> [PROBLEM]: Set the following entries down again exactly, line by line.

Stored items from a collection
========================================
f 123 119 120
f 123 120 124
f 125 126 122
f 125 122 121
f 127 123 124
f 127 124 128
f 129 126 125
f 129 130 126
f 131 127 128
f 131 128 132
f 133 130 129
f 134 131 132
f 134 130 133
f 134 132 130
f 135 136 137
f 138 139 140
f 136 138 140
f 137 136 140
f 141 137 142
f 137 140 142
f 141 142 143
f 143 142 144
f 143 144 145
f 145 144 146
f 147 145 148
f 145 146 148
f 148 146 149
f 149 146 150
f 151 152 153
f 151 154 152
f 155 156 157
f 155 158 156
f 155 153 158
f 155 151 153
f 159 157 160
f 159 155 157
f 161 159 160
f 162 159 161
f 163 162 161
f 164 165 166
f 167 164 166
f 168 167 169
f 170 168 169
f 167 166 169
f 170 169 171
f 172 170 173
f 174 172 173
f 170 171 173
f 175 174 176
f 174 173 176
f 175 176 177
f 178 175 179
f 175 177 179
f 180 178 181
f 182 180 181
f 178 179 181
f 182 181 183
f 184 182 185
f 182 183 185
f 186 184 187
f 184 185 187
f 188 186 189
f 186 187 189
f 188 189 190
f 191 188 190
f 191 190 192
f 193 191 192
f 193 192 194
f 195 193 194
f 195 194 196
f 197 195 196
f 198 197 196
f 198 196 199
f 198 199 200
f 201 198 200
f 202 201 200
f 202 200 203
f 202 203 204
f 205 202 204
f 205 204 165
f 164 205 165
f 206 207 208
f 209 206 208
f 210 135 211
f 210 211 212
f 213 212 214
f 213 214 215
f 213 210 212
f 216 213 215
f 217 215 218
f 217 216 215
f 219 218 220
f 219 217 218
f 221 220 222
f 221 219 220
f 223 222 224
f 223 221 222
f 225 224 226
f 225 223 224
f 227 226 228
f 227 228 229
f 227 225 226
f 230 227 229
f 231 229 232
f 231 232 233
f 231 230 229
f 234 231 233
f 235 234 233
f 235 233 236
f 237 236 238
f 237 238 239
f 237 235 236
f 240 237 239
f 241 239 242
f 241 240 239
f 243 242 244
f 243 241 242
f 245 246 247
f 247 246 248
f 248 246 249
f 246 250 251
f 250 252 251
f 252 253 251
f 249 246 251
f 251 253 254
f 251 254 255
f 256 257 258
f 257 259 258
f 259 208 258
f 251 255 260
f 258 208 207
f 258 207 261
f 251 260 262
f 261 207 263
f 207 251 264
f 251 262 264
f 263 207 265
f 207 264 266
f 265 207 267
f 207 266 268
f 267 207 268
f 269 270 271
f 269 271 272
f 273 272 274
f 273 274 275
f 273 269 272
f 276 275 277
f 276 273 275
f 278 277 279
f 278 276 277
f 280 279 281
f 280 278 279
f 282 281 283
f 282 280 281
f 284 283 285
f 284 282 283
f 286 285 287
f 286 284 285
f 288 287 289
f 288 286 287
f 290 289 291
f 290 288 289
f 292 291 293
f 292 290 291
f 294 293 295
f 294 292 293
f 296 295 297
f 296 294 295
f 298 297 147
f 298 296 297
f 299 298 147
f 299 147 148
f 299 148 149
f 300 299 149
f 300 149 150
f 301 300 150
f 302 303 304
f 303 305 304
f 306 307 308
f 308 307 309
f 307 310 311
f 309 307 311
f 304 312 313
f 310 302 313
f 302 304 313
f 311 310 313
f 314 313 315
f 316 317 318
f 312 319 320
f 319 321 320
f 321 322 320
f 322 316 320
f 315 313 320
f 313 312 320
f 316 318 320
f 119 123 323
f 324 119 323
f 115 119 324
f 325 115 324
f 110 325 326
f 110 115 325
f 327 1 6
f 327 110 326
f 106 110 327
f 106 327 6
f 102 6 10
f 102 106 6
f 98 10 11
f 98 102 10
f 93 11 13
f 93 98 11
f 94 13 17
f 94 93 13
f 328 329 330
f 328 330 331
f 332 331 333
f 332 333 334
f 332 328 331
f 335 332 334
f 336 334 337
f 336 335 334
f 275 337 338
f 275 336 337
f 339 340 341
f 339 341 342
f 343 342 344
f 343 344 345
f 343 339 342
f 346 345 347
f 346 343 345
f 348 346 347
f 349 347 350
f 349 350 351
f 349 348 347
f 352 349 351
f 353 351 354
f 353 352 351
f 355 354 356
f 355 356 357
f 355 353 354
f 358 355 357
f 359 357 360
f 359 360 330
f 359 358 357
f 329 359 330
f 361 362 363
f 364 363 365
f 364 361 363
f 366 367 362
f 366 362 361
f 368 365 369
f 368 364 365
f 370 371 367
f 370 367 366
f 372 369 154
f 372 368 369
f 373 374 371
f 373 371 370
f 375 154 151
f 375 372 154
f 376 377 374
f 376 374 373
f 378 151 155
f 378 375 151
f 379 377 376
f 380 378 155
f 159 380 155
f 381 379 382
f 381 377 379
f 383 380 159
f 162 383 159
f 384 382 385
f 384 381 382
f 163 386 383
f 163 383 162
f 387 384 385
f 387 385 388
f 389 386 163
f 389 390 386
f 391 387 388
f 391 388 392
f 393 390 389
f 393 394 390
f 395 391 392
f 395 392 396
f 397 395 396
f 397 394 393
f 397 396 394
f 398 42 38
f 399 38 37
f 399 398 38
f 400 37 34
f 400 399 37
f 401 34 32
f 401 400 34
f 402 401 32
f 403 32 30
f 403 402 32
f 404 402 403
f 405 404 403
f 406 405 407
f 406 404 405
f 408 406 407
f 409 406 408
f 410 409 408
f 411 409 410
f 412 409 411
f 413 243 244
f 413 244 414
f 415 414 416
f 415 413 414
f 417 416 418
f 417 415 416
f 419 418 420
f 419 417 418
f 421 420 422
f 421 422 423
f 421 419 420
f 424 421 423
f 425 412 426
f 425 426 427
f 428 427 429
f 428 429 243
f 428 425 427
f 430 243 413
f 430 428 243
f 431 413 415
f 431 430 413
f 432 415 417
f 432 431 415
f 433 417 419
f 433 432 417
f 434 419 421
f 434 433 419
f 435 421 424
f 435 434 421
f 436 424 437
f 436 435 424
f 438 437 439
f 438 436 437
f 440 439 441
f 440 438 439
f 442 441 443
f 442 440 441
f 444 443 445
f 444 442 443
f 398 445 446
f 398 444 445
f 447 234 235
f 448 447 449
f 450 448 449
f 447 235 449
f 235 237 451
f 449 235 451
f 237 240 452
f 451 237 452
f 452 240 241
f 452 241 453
========================================
> [OUTPUT]:
f 123 119 120
f 123 120 124
f 125 126 122
f 125 122 121
f 127 123 124
f 127 124 128
f 129 126 125
f 129 130 126
f 131 127 128
f 131 128 132
f 133 130 129
f 134 131 132
f 134 130 133
f 134 132 130
f 135 136 137
f 138 139 140
f 136 138 140
f 137 136 140
f 141 137 142
f 137 140 142
f 141 142 143
f 143 142 144
f 143 144 145
f 145 144 146
f 147 145 148
f 145 146 148
f 148 146 149
f 149 146 150
f 151 152 153
f 151 154 152
f 155 156 157
f 155 158 156
f 155 153 158
f 155 151 153
f 159 157 160
f 159 155 157
f 161 159 160
f 162 159 161
f 163 162 161
f 164 165 166
f 167 164 166
f 168 167 169
f 170 168 169
f 167 166 169
f 170 169 171
f 172 170 173
f 174 172 173
f 170 171 173
f 175 174 176
f 174 173 176
f 175 176 177
f 178 175 179
f 175 177 179
f 180 178 181
f 182 180 181
f 178 179 181
f 182 181 183
f 184 182 185
f 182 183 185
f 186 184 187
f 184 185 187
f 188 186 189
f 186 187 189
f 188 189 190
f 191 188 190
f 191 190 192
f 193 191 192
f 193 192 194
f 195 193 194
f 195 194 196
f 197 195 196
f 198 197 196
f 198 196 199
f 198 199 200
f 201 198 200
f 202 201 200
f 202 200 203
f 202 203 204
f 205 202 204
f 205 204 165
f 164 205 165
f 206 207 208
f 209 206 208
f 210 135 211
f 210 211 212
f 213 212 214
f 213 214 215
f 213 210 212
f 216 213 215
f 217 215 218
f 217 216 215
f 219 218 220
f 219 217 218
f 221 220 222
f 221 219 220
f 223 222 224
f 223 221 222
f 225 224 226
f 225 223 224
f 227 226 228
f 227 228 229
f 227 225 226
f 230 227 229
f 231 229 232
f 231 232 233
f 231 230 229
f 234 231 233
f 235 234 233
f 235 233 236
f 237 236 238
f 237 238 239
f 237 235 236
f 240 237 239
f 241 239 242
f 241 240 239
f 243 242 244
f 243 241 242
f 245 246 247
f 247 246 248
f 248 246 249
f 246 250 251
f 250 252 251
f 252 253 251
f 249 246 251
f 251 253 254
f 251 254 255
f 256 257 258
f 257 259 258
f 259 208 258
f 251 255 260
f 258 208 207
f 258 207 261
f 251 260 262
f 261 207 263
f 207 251 264
f 251 262 264
f 263 207 265
f 207 264 266
f 265 207 267
f 207 266 268
f 267 207 268
f 269 270 271
f 269 271 272
f 273 272 274
f 273 274 275
f 273 269 272
f 276 275 277
f 276 273 275
f 278 277 279
f 278 276 277
f 280 279 281
f 280 278 279
f 282 281 283
f 282 280 281
f 284 283 285
f 284 282 283
f 286 285 287
f 286 284 285
f 288 287 289
f 288 286 287
f 290 289 291
f 290 288 289
f 292 291 293
f 292 290 291
f 294 293 295
f 294 292 293
f 296 295 297
f 296 294 295
f 298 297 147
f 298 296 297
f 299 298 147
f 299 147 148
f 299 148 149
f 300 299 149
f 300 149 150
f 301 300 150
f 302 303 304
f 303 305 304
f 306 307 308
f 308 307 309
f 307 310 311
f 309 307 311
f 304 312 313
f 310 302 313
f 302 304 313
f 311 310 313
f 314 313 315
f 316 317 318
f 312 319 320
f 319 321 320
f 321 322 320
f 322 316 320
f 315 313 320
f 313 312 320
f 316 318 320
f 119 123 323
f 324 119 323
f 115 119 324
f 325 115 324
f 110 325 326
f 110 115 325
f 327 1 6
f 327 110 326
f 106 110 327
f 106 327 6
f 102 6 10
f 102 106 6
f 98 10 11
f 98 102 10
f 93 11 13
f 93 98 11
f 94 13 17
f 94 93 13
f 328 329 330
f 328 330 331
f 332 331 333
f 332 333 334
f 332 328 331
f 335 332 334
f 336 334 337
f 336 335 334
f 275 337 338
f 275 336 337
f 339 340 341
f 339 341 342
f 343 342 344
f 343 344 345
f 343 339 342
f 346 345 347
f 346 343 345
f 348 346 347
f 349 347 350
f 349 350 351
f 349 348 347
f 352 349 351
f 353 351 354
f 353 352 351
f 355 354 356
f 355 356 357
f 355 353 354
f 358 355 357
f 359 357 360
f 359 360 330
f 359 358 357
f 329 359 330
f 361 362 363
f 364 363 365
f 364 361 363
f 366 367 362
f 366 362 361
f 368 365 369
f 368 364 365
f 370 371 367
f 370 367 366
f 372 369 154
f 372 368 369
f 373 374 371
f 373 371 370
f 375 154 151
f 375 372 154
f 376 377 374
f 376 374 373
f 378 151 155
f 378 375 151
f 379 377 376
f 380 378 155
f 159 380 155
f 381 379 382
f 381 377 379
f 383 380 159
f 162 383 159
f 384 382 385
f 384 381 382
f 163 386 383
f 163 383 162
f 387 384 385
f 387 385 388
f 389 386 163
f 389 390 386
f 391 387 388
f 391 388 392
f 393 390 389
f 393 394 390
f 395 391 392
f 395 392 396
f 397 395 396
f 397 394 393
f 397 396 394
f 398 42 38
f 399 38 37
f 399 398 38
f 400 37 34
f 400 399 37
f 401 34 32
f 401 400 34
f 402 401 32
f 403 32 30
f 403 402 32
f 404 402 403
f 405 404 403
f 406 405 407
f 406 404 405
f 408 406 407
f 409 406 408
f 410 409 408
f 411 409 410
f 412 409 411
f 413 243 244
f 413 244 414
f 415 414 416
f 415 413 414
f 417 416 418
f 417 415 416
f 419 418 420
f 419 417 418
f 421 420 422
f 421 422 423
f 421 419 420
f 424 421 423
f 425 412 426
f 425 426 427
f 428 427 429
f 428 429 243
f 428 425 427
f 430 243 413
f 430 428 243
f 431 413 415
f 431 430 413
f 432 415 417
f 432 431 415
f 433 417 419
f 433 432 417
f 434 419 421
f 434 433 419
f 435 421 424
f 435 434 421
f 436 424 437
f 436 435 424
f 438 437 439
f 438 436 437
f 440 439 441
f 440 438 439
f 442 441 443
f 442 440 441
f 444 443 445
f 444 442 443
f 398 445 446
f 398 444 445
f 447 234 235
f 448 447 449
f 450 448 449
f 447 235 449
f 235 237 451
f 449 235 451
f 237 240 452
f 451 237 452
f 452 240 241
f 452 241 453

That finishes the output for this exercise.